This Wednesday, April 1, the MTV networks debut Pedro, a biopic about Pedro Zamora, the openly gay, openly HIV-positive Miamian who rocked the world in 1994 on the landmark third season of The Real World before he died of AIDS complications, at 22, later that year. Handsome, charismatic and just a touch diva-fied despite his self-described "butchness," Zamora humanized being a gay, HIV-positive immigrant (he'd come as a child from Miami to Cuba on the 1980 Mariel boat lift) with a jolt that shot all the way up to President Bill Clinton, who called him shortly before his death to thank him for helping to destigmatize AIDS. (In a very special meta-moment, a recent Real World episode had its Brooklyn-based cast -- whose gay Latino J.D. and transgender Katelynn have brought back some of the meaty issue-y-ness of TRW's early, best years -- sat down to weepily watch a screening of Pedro.)
We checked in with fellow Miami-bred Cuban-American Alex Loynas, 27, who plays Zamora (It's his first feature film!) in the biopic, which has a screenplay written by Dustin Lance Black before he nabbed an Oscar for his Milk script.
OutSo you were only 12 when the Real World season with Pedro aired. Do you have any memories of it?
Alex Loynas: I remember watching it because it was a big deal in Miami and Pedro was on the news all the time. It was kind of hard to understand at that ageof course you knew that HIV and AIDS were out there.
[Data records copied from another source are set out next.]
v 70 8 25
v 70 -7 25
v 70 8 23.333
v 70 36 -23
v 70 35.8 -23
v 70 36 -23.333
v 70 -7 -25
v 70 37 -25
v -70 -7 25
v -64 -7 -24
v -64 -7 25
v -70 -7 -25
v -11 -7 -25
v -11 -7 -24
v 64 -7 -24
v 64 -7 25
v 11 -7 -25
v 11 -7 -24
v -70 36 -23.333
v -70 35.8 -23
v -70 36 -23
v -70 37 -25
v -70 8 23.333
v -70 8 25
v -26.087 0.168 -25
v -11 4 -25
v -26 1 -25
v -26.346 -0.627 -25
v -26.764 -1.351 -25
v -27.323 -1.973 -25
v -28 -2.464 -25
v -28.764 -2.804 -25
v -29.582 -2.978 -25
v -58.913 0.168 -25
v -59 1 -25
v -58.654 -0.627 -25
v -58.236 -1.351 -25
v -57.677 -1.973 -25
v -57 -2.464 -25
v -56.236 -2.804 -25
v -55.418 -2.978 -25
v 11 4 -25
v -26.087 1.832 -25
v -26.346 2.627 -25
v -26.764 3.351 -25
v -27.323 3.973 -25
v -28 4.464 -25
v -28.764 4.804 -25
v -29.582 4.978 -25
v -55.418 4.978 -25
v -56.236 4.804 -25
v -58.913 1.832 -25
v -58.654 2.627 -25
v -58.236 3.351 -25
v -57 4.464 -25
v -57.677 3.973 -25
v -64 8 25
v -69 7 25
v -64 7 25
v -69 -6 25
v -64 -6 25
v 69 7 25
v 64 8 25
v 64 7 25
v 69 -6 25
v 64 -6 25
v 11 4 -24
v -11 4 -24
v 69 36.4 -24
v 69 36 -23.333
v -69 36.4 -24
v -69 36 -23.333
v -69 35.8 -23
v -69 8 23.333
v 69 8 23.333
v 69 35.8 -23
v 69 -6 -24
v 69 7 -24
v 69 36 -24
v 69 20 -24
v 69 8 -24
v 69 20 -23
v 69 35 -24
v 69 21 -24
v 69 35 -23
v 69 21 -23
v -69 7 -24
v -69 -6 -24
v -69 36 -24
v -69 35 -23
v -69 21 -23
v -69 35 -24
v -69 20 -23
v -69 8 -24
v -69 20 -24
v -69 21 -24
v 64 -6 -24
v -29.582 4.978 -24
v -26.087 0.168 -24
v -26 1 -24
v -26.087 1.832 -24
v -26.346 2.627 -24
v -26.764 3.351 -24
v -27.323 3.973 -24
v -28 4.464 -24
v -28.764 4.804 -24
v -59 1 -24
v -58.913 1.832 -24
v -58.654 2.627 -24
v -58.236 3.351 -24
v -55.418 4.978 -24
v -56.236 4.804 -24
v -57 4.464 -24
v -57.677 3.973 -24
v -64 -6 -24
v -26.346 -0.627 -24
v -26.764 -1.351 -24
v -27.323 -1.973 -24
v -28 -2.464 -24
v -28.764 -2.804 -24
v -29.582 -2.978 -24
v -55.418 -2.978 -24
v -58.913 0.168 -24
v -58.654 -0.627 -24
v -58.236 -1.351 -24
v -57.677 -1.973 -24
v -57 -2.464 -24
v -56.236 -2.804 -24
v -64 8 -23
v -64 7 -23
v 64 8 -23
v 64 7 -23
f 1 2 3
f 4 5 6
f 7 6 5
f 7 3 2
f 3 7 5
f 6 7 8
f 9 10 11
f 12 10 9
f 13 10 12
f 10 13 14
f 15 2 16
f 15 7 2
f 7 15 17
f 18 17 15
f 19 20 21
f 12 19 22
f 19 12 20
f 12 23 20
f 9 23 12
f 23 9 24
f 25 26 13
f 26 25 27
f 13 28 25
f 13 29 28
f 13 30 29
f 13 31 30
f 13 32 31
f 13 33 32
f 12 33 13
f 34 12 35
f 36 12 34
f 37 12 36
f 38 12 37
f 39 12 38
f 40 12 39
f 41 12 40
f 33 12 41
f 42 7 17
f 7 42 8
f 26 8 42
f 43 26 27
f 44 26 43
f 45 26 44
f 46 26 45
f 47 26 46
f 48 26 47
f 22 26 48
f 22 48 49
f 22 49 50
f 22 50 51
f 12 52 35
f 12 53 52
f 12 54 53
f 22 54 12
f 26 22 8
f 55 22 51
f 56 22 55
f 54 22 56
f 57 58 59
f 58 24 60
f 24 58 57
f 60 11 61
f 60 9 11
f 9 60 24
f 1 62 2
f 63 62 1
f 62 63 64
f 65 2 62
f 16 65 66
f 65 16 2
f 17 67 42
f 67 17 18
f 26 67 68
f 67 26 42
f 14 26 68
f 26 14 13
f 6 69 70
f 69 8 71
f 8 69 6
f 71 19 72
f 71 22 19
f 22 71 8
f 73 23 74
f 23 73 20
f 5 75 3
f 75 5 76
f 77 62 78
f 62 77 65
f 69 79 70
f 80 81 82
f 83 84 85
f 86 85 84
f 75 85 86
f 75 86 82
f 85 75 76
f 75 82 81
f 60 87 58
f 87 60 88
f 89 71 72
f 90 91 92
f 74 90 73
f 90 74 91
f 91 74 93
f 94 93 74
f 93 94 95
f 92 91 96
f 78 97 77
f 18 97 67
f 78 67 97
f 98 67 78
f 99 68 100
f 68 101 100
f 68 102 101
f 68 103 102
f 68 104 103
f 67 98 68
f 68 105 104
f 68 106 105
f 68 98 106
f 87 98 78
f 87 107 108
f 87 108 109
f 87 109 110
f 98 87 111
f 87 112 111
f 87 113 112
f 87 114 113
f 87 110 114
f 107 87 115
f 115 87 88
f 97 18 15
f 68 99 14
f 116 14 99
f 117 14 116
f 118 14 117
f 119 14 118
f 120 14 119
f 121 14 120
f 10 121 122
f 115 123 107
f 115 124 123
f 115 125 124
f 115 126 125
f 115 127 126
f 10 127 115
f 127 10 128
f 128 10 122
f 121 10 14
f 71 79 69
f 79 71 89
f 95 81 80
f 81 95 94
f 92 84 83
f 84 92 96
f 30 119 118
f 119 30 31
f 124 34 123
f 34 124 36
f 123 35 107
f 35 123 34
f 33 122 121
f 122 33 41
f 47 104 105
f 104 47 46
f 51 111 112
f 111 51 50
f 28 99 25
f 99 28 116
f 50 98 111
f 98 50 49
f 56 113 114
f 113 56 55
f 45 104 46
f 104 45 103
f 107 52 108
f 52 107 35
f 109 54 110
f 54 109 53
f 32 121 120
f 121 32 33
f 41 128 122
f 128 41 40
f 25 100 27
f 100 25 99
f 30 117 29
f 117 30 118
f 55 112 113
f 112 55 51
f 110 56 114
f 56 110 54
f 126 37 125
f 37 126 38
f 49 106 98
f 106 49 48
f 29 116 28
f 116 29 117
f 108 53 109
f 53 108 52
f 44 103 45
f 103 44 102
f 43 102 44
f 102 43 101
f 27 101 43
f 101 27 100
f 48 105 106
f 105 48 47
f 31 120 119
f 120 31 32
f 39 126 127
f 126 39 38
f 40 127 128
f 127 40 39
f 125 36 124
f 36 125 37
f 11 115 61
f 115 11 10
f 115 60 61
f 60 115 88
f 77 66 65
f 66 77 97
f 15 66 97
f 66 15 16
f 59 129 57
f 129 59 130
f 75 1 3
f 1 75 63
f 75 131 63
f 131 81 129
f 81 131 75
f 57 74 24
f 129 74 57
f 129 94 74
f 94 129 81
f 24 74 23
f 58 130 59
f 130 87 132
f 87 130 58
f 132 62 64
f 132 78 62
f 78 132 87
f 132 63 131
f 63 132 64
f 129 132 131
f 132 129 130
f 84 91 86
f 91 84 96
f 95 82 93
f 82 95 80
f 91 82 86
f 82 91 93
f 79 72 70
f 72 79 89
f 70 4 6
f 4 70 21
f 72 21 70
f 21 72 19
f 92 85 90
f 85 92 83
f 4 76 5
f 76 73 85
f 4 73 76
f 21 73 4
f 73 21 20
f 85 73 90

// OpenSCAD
module prism(l, w, h){
 polyhedron(
     points=[[0,0,0], [l,0,0], [l,w,0], [0,w,0], [0,w,h], [l,w,h]],
     faces=[[0,1,2,3],[5,4,3,2],[0,4,5,1],[0,3,4],[5,2,1]]
  );
}

// main object       
rotate([-90,0,0]) {
difference() {
    difference() {
        union() {
            difference() {
                // base cube
                cube([140,50,14],center=true);
                // cutting away two walls and inside of cube
                translate([0,0,-2]) cube([22,50,12],center=true);
            }
            translate([-70,-25,7]) prism(140,50,30);
        }
        // spacer for the holding bracket
        translate([-69,-25,-9]) cube([138,49,100]); 
    }
    // opening for operating on/off switch
    translate([-55,25,1]) {
        rotate([90,0,0]) linear_extrude(height=2) 
        hull() {
            circle($fn=30,d=8);
            translate([25,0,0]) circle($fn=30,d=8);
        }
    }

}  
// parts where the GPS slides in
translate([-70,-25,-7]) cube([6,50,1]);
translate([64,-25,-7]) cube([6,50,1]);
translate([-70,-25,7]) cube([6,50,1]);
translate([64,-25,7]) cube([6,50,1]);
// add some stiffness to the big part
translate([-70,23,7]) cube([140,1,1]);
translate([-70,23,20]) cube([140,1,1]);
translate([-70,23,35]) cube([140,1,1]);

}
But it was amazing to see this guy that was so young and strong and brave fighting for what he believed in.
Did you know anyone gay growing up?
Um -- let me think -- no, not really.
I'm trying to think. Of course, I probably did.
So the scene where you and DaJuan Johnson, who plays Pedro's boyfriend Sean Sasser, first make out is very hot and very moving. Have you ever had to do a hot stage or screen kiss before?
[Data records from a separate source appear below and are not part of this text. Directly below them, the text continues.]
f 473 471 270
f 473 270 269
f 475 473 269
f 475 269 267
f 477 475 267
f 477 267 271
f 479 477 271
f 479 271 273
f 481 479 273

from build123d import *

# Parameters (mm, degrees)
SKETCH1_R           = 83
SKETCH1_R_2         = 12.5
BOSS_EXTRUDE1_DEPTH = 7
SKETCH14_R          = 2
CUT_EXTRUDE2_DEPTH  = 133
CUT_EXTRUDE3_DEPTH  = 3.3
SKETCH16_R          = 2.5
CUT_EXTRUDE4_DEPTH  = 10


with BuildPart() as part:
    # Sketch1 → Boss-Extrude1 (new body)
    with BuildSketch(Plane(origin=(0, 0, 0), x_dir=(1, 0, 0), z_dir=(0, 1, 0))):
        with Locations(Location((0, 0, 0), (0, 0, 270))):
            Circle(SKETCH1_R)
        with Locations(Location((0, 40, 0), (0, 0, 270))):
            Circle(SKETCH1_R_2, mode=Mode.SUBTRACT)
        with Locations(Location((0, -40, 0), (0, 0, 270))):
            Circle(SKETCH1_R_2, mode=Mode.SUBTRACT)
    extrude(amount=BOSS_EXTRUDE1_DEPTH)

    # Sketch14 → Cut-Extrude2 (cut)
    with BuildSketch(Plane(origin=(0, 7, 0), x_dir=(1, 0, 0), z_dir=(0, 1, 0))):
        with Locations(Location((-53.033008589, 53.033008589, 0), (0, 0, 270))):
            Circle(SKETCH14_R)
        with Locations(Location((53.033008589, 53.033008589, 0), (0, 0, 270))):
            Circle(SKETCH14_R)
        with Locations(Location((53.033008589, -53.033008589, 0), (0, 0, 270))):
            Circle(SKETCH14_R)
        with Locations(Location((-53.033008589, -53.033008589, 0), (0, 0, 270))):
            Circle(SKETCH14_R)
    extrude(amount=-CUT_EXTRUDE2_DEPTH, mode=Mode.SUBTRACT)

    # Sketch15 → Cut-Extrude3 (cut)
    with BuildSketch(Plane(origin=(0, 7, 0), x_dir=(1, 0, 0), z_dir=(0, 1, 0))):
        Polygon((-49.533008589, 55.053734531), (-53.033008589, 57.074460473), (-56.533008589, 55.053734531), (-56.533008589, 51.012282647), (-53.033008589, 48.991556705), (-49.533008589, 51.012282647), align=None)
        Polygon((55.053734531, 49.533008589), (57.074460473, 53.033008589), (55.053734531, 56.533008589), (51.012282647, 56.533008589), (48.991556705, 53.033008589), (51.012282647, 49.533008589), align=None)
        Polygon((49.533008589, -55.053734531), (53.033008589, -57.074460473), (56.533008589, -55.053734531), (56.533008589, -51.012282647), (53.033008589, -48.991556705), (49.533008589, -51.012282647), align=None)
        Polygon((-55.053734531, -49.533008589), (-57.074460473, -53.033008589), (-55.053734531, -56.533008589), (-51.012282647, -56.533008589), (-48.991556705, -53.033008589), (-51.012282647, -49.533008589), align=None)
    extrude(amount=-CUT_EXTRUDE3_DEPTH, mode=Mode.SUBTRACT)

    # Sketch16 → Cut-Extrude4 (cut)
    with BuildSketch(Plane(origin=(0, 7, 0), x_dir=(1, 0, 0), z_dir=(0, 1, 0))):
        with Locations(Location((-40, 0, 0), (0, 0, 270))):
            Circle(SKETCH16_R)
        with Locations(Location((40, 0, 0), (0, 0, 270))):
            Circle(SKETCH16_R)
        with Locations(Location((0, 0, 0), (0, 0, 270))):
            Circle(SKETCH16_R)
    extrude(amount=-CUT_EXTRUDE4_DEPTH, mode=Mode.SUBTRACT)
No, I haven't. I really didn't think about it much. It was just, Okay, I just gotta do this. When I'm working, I'm working. I take it very seriously and just get lost in the moment. DaJuan and I felt really comfortable with each other.
So you watched the whole season with Pedro for research. What did you make of this guy and what about him did you want to get across?
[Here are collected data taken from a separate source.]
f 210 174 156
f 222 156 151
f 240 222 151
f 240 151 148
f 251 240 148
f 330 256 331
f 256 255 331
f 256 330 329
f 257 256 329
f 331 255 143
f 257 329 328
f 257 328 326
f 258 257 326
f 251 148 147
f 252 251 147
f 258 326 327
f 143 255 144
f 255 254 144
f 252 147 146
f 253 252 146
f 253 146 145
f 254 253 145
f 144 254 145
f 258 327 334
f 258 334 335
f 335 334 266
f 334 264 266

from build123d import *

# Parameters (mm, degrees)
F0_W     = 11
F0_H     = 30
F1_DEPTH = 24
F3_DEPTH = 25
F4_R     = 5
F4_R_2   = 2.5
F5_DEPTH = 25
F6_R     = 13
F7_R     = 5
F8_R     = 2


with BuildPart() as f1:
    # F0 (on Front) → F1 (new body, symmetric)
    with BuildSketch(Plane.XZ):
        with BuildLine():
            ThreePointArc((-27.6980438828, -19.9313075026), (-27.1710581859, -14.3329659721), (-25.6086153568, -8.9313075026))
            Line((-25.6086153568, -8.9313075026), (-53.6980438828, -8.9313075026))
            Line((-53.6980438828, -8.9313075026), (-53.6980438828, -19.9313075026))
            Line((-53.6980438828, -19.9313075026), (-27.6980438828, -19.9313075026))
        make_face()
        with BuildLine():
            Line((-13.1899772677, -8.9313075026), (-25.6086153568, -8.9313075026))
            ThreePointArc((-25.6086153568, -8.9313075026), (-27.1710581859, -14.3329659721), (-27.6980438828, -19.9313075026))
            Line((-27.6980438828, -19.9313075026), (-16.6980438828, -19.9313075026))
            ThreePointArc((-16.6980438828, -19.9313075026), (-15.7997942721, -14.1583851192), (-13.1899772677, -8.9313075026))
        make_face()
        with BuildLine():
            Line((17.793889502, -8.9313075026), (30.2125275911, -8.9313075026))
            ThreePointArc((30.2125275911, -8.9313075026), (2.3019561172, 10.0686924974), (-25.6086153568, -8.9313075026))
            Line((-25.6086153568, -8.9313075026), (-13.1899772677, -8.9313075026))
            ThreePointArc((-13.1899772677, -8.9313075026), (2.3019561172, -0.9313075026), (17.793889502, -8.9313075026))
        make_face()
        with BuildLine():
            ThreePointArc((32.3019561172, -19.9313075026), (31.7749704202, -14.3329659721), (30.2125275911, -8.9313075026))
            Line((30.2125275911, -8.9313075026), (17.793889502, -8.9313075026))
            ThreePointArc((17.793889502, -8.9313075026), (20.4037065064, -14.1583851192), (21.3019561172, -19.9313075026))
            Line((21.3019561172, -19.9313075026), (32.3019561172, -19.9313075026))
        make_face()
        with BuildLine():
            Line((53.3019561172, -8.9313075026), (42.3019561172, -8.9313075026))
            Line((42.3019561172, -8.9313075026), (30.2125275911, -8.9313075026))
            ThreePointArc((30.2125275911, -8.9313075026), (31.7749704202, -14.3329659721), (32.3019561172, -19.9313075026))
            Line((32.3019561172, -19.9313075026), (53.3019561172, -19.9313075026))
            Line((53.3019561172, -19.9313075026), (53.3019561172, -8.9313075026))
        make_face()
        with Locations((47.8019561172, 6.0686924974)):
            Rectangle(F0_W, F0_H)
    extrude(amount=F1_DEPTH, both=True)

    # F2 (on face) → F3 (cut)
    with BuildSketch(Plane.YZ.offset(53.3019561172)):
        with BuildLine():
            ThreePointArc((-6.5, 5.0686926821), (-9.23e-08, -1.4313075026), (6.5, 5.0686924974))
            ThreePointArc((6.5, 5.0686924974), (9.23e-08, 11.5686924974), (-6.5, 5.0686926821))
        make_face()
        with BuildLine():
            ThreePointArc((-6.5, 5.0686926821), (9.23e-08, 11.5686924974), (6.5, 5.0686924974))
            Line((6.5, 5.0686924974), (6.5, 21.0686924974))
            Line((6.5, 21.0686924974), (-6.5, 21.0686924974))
One of the most fascinating things about him, and one of the biggest challenges for me, was that he never wanted any pity. He opted for activism instead of depression. I couldn't have made a decision like that at 17, like he did. I felt like it was very honest and real and I wanted to make sure that that came across.
If you'd had five minutes to talk to him, what would you have said or asked?
I would've asked for his blessing. And I'd ask him what he wanted people to get from seeing the film. And I'd ask him, if he could have changed something, what would it have been? Not saying that he had regrets, but what would he have done differently, as far as the decision to be on The Real World.
It's also very intense how the film intercuts him as a teenager sitting in classes hearing prejudiced lectures about gays getting AIDS with scenes of his furtive hook-ups. What do you think compelled him to put himself at risk when he knew AIDS was out there?
He was human. And when you're young, it's like, you hear it but you don't pay attention. You feel invincible. And I think Pedro knew he was a good-looking guy and he kind of liked it. He was a confident guy. It's unfortunate I guess that hooking up with different people had to lead to what it did, but he really was a person who liked to have fun and enjoy life. And there's nothing wrong with that. We all have our needs, some more than others.
You are really amazing in the later scenes where Pedro is really sick and can't talk and can only communicate with his eyes. And the scene where you have a seizure in the hospital is wrenching. Did you talk to a medical expert about what having a seizure is like?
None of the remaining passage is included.